PROBLEM DETAILS ▸ From the top of the records below, return each line exactly, ending with the line that contains "Line((28.575, 28.575), (28.575, 133.35))".

%%

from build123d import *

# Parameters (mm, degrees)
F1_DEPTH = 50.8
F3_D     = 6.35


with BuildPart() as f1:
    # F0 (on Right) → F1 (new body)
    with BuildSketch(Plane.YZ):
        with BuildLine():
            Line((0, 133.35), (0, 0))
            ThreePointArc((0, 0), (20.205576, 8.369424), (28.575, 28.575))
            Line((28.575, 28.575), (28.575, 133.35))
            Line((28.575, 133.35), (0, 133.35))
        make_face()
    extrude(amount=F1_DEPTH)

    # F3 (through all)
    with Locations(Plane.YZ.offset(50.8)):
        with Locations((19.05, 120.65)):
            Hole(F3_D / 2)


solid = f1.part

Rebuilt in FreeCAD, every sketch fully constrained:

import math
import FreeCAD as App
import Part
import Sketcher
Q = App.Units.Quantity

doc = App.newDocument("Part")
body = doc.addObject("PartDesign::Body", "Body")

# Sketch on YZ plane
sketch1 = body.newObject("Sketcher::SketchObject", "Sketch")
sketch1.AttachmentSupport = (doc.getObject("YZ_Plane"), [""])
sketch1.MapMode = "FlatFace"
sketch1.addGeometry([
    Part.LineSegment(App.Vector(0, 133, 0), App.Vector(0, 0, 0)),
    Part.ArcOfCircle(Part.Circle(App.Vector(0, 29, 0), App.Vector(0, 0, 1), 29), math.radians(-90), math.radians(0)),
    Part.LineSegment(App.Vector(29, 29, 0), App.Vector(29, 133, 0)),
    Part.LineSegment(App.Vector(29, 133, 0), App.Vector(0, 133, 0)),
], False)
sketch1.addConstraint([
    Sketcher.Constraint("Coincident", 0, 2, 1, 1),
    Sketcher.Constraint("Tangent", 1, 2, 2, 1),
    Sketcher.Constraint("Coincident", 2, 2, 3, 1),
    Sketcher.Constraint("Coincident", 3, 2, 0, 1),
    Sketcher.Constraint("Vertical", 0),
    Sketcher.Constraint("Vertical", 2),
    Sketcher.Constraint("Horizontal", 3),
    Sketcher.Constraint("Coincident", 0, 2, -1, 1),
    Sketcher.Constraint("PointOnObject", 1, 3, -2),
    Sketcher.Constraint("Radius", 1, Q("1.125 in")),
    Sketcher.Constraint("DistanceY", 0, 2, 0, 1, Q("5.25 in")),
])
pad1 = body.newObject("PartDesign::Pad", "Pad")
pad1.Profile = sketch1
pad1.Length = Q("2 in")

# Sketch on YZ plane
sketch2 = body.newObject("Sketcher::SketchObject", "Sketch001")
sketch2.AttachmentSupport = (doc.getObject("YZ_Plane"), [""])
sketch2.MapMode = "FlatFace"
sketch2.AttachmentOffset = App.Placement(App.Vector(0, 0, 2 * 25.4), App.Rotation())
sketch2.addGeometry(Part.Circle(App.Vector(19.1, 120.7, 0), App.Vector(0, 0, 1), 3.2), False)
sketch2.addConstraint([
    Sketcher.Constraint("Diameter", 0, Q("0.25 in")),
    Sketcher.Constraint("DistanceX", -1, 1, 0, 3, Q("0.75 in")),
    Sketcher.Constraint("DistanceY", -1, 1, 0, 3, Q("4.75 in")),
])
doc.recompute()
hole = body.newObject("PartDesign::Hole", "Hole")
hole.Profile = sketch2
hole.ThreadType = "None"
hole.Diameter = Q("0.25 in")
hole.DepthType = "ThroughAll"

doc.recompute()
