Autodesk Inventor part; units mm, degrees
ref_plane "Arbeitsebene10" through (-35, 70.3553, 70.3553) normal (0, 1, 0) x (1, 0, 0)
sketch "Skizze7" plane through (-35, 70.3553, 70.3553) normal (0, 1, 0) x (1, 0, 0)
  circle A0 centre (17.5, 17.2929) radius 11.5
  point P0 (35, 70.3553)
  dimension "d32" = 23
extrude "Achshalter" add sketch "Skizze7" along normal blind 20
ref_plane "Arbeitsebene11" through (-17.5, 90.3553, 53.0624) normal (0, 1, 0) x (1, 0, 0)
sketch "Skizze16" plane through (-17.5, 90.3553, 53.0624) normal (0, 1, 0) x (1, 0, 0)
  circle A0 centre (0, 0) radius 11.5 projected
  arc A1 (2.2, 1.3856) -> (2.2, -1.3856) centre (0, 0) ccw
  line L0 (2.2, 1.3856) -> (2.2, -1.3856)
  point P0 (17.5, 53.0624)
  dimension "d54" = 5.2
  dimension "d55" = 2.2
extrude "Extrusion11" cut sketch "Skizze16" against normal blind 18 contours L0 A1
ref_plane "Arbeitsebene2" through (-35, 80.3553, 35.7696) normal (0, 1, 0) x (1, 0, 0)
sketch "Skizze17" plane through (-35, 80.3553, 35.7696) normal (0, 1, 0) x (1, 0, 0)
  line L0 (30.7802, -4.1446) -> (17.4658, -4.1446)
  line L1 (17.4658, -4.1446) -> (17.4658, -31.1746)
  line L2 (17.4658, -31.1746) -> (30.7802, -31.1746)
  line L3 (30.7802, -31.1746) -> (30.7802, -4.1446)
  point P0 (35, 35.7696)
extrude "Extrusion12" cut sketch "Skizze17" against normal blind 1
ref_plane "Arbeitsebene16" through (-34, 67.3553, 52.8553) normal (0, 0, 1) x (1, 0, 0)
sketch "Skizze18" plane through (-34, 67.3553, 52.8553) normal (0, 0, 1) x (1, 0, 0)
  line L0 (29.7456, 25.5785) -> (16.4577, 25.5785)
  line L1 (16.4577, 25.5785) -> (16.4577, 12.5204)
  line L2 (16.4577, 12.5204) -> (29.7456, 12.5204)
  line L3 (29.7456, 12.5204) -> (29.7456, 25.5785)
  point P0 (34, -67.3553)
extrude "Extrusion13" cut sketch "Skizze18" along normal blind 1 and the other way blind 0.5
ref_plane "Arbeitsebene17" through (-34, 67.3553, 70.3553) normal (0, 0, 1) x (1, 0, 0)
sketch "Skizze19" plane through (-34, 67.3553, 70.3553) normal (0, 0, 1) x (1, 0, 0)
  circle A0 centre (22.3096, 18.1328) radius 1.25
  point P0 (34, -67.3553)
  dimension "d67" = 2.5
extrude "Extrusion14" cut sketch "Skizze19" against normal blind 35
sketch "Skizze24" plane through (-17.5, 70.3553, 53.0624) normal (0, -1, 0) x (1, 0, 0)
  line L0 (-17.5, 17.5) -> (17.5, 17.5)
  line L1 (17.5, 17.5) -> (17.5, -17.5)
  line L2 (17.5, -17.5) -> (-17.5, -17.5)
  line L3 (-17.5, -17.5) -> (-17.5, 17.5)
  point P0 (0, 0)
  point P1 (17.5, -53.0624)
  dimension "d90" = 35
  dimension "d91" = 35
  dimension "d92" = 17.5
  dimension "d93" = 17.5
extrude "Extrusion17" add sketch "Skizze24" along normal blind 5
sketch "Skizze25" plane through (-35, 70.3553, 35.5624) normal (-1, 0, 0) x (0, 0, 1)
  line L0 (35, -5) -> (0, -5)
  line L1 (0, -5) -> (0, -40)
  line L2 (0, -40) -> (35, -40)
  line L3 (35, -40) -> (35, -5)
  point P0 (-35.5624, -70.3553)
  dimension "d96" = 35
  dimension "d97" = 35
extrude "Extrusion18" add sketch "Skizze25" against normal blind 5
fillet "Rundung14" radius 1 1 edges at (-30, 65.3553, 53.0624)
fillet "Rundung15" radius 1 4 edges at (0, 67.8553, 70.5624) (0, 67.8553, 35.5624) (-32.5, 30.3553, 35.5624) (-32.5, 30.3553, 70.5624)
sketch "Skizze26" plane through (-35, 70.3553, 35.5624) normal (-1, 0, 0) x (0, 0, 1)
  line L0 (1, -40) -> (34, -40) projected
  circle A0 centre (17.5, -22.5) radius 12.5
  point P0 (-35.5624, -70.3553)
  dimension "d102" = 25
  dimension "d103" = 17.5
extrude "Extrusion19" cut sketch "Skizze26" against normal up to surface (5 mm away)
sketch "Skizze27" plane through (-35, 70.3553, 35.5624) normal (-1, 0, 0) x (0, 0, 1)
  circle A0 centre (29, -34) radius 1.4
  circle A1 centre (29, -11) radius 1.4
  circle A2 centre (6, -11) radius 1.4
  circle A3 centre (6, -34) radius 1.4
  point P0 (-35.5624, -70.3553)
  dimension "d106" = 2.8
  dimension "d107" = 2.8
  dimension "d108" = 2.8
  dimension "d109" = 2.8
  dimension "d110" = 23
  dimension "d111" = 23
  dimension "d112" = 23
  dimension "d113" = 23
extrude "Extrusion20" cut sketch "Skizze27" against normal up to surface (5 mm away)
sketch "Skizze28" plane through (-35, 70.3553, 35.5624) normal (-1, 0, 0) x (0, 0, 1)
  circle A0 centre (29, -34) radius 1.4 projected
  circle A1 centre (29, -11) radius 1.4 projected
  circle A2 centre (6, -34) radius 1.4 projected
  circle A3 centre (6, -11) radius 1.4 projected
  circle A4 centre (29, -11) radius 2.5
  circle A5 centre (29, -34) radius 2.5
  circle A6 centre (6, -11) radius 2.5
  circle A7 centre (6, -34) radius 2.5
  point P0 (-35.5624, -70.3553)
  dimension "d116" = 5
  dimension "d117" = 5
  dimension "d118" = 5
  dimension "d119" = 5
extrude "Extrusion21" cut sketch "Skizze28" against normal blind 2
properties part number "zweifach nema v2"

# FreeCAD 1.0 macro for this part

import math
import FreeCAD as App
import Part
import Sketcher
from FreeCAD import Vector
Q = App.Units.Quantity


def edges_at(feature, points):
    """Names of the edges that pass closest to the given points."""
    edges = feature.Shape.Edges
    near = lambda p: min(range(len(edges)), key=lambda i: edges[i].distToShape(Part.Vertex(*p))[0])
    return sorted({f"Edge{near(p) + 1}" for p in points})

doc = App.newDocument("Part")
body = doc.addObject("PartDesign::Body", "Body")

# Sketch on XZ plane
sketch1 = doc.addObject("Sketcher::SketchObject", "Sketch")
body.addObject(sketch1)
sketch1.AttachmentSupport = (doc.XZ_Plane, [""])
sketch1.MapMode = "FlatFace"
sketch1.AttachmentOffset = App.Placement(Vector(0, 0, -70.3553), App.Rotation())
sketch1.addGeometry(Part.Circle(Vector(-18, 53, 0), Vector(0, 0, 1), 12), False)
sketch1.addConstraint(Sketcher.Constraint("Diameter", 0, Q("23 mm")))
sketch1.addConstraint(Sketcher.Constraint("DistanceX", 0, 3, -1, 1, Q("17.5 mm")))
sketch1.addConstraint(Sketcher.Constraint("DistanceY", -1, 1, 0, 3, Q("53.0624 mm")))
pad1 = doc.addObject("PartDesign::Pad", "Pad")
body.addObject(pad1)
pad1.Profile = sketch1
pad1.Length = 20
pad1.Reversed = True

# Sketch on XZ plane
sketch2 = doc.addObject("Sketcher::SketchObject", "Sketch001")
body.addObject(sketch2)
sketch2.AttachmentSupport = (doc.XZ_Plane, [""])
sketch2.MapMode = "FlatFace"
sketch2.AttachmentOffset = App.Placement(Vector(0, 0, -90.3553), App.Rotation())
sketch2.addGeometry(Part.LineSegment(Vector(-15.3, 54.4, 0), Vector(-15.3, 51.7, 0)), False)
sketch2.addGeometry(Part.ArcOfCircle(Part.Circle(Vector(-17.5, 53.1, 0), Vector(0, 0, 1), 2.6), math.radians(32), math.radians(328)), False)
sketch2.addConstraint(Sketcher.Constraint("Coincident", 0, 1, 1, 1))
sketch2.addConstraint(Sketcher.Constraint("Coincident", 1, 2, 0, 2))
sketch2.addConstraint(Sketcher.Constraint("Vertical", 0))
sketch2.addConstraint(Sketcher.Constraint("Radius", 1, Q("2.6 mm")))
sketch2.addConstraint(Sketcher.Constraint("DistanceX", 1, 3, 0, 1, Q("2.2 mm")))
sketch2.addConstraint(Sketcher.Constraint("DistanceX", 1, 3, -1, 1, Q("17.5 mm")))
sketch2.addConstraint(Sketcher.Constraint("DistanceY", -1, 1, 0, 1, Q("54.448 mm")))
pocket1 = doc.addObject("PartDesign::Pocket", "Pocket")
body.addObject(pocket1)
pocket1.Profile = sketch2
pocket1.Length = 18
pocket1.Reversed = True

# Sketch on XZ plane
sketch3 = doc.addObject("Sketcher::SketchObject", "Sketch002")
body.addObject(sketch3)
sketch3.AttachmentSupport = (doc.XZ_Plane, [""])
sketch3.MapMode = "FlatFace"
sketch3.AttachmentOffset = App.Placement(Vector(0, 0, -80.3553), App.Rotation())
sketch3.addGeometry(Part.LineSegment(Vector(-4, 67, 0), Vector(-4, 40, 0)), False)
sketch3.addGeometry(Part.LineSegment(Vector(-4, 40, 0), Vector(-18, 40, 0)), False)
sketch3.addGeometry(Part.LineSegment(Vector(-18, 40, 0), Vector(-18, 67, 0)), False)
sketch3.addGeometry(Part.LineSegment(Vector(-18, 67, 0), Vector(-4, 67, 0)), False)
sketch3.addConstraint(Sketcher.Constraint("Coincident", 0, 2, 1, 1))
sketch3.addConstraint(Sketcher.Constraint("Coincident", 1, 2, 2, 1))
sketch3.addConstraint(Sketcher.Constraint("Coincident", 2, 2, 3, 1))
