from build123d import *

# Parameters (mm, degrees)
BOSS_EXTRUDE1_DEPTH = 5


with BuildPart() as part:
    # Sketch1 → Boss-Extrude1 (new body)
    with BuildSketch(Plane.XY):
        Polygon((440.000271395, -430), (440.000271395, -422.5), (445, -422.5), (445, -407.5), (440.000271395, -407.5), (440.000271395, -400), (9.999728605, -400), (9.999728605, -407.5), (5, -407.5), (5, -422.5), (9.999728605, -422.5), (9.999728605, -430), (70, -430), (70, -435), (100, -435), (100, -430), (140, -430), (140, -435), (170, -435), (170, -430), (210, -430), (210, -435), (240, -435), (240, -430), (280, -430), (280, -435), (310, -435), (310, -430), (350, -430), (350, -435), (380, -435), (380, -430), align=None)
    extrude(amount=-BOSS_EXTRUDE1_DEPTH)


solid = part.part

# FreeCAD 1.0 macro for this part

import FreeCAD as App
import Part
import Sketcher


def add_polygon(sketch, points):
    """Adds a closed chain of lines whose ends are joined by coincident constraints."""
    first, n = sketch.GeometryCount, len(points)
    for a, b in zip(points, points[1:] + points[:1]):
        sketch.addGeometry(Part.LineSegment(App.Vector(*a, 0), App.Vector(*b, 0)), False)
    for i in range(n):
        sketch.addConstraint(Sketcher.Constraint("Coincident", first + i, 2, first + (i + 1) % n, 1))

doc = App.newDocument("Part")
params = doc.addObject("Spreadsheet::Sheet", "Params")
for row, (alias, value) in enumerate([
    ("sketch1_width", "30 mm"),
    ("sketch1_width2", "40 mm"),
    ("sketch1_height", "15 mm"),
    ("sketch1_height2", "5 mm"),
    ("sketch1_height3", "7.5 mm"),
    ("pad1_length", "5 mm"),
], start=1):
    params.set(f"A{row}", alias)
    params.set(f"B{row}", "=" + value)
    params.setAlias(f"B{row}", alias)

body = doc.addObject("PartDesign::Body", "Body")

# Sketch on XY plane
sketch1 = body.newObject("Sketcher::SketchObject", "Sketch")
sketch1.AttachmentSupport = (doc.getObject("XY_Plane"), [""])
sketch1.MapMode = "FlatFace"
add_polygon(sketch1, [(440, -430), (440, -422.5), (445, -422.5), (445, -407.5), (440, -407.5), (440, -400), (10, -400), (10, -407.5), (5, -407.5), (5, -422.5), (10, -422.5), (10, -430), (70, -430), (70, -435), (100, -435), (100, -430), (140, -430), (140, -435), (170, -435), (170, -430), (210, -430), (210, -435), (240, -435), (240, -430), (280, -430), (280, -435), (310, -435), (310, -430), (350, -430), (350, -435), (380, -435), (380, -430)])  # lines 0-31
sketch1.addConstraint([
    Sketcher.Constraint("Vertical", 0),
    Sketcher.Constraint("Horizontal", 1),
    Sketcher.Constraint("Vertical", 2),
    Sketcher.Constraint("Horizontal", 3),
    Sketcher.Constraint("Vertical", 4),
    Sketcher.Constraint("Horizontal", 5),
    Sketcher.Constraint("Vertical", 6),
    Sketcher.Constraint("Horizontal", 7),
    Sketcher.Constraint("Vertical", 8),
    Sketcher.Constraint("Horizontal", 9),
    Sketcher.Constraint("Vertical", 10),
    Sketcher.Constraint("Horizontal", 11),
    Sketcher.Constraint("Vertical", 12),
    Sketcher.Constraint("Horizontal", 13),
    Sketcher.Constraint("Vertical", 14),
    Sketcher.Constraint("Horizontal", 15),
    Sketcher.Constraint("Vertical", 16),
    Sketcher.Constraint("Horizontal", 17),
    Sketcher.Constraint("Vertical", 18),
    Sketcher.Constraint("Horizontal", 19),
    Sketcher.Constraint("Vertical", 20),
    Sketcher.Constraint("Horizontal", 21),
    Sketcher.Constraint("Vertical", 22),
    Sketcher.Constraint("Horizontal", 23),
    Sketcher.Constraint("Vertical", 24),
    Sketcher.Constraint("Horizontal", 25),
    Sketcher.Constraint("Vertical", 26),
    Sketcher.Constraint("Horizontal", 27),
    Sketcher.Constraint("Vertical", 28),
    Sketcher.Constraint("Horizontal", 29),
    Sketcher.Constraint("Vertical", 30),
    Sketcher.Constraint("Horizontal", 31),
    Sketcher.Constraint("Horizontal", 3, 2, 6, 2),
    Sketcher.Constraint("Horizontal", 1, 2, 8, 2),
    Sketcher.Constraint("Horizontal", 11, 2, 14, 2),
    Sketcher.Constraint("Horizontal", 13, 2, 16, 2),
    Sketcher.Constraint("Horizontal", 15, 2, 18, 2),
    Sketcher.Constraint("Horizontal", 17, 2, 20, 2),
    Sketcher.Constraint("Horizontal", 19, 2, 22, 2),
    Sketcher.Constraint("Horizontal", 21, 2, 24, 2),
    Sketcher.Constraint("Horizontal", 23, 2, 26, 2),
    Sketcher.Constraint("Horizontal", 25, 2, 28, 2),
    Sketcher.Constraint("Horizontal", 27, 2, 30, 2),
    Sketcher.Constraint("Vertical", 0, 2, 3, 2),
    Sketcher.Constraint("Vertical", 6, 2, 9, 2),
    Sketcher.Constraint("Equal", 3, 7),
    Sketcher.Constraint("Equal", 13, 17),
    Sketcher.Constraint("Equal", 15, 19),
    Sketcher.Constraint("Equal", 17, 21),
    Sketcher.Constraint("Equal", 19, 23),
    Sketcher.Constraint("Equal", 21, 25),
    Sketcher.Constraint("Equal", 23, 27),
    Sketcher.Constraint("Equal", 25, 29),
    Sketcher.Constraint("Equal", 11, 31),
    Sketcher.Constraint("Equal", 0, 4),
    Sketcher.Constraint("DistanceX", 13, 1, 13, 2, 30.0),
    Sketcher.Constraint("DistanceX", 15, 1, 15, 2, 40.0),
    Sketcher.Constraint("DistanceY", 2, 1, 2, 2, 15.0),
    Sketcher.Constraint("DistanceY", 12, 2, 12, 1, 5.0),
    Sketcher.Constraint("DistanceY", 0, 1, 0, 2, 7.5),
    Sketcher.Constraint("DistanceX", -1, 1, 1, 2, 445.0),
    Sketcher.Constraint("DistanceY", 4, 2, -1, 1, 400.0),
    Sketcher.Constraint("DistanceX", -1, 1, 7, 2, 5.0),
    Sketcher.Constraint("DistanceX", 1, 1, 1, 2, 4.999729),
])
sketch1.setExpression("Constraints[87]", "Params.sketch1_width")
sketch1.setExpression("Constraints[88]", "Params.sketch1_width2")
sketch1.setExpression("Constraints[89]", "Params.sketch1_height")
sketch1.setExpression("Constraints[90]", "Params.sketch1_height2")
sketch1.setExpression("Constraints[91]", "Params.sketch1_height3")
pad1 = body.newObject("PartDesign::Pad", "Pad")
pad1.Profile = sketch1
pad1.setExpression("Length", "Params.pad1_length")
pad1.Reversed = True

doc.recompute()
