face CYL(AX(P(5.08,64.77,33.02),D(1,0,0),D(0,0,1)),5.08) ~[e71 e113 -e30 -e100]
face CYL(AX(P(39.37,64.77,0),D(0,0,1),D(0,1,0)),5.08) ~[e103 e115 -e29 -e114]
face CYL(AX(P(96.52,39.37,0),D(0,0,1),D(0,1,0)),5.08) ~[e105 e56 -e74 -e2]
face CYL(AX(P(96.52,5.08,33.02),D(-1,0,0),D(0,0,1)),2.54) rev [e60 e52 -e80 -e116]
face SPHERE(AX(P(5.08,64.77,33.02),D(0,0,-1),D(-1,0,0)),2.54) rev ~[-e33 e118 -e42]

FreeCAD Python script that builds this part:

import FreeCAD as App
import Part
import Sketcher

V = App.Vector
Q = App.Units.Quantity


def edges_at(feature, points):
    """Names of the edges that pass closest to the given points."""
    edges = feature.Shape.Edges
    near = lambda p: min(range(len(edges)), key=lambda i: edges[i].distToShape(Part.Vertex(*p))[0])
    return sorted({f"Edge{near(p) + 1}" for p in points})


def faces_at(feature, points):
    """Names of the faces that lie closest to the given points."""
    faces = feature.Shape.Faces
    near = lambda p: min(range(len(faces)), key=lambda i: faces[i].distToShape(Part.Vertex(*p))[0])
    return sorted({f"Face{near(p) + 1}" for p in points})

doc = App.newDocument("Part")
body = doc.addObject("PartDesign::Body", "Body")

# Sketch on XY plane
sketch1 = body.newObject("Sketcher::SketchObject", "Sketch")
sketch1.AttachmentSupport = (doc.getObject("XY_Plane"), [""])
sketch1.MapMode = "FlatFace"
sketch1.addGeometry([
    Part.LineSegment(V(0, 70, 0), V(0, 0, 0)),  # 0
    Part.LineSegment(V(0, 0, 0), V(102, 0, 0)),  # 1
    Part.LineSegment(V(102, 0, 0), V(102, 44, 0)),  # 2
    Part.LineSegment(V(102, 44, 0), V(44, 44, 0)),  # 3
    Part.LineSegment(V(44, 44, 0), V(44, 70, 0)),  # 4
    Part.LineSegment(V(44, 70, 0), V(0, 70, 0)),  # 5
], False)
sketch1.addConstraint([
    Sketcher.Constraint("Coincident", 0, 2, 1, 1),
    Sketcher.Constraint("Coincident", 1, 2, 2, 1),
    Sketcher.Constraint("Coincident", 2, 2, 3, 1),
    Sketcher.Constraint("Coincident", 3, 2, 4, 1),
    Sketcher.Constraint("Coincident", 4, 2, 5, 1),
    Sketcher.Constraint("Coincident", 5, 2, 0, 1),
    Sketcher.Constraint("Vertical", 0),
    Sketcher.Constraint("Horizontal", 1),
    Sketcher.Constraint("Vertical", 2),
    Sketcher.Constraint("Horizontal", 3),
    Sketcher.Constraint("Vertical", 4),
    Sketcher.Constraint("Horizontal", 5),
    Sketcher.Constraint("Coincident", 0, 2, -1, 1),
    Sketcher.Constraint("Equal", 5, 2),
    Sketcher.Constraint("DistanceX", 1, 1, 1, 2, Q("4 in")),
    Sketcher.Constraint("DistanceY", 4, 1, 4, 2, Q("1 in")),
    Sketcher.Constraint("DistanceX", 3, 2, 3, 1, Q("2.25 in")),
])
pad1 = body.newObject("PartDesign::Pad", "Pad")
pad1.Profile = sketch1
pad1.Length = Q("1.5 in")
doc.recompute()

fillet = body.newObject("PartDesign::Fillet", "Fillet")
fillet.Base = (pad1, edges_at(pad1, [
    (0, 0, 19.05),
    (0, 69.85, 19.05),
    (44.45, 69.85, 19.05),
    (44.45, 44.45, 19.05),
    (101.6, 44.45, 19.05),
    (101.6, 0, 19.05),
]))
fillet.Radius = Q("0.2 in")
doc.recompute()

%%

OUTPUT BELOW ▸
from build123d import *

# Parameters (mm, degrees)
F1_DEPTH = 50.8
F3_D     = 6.35


with BuildPart() as f1:
    # F0 (on Right) → F1 (new body)
    with BuildSketch(Plane.YZ):
        with BuildLine():
            Line((0, 133.35), (0, 0))
            ThreePointArc((0, 0), (20.205576, 8.369424), (28.575, 28.575))
            Line((28.575, 28.575), (28.575, 133.35))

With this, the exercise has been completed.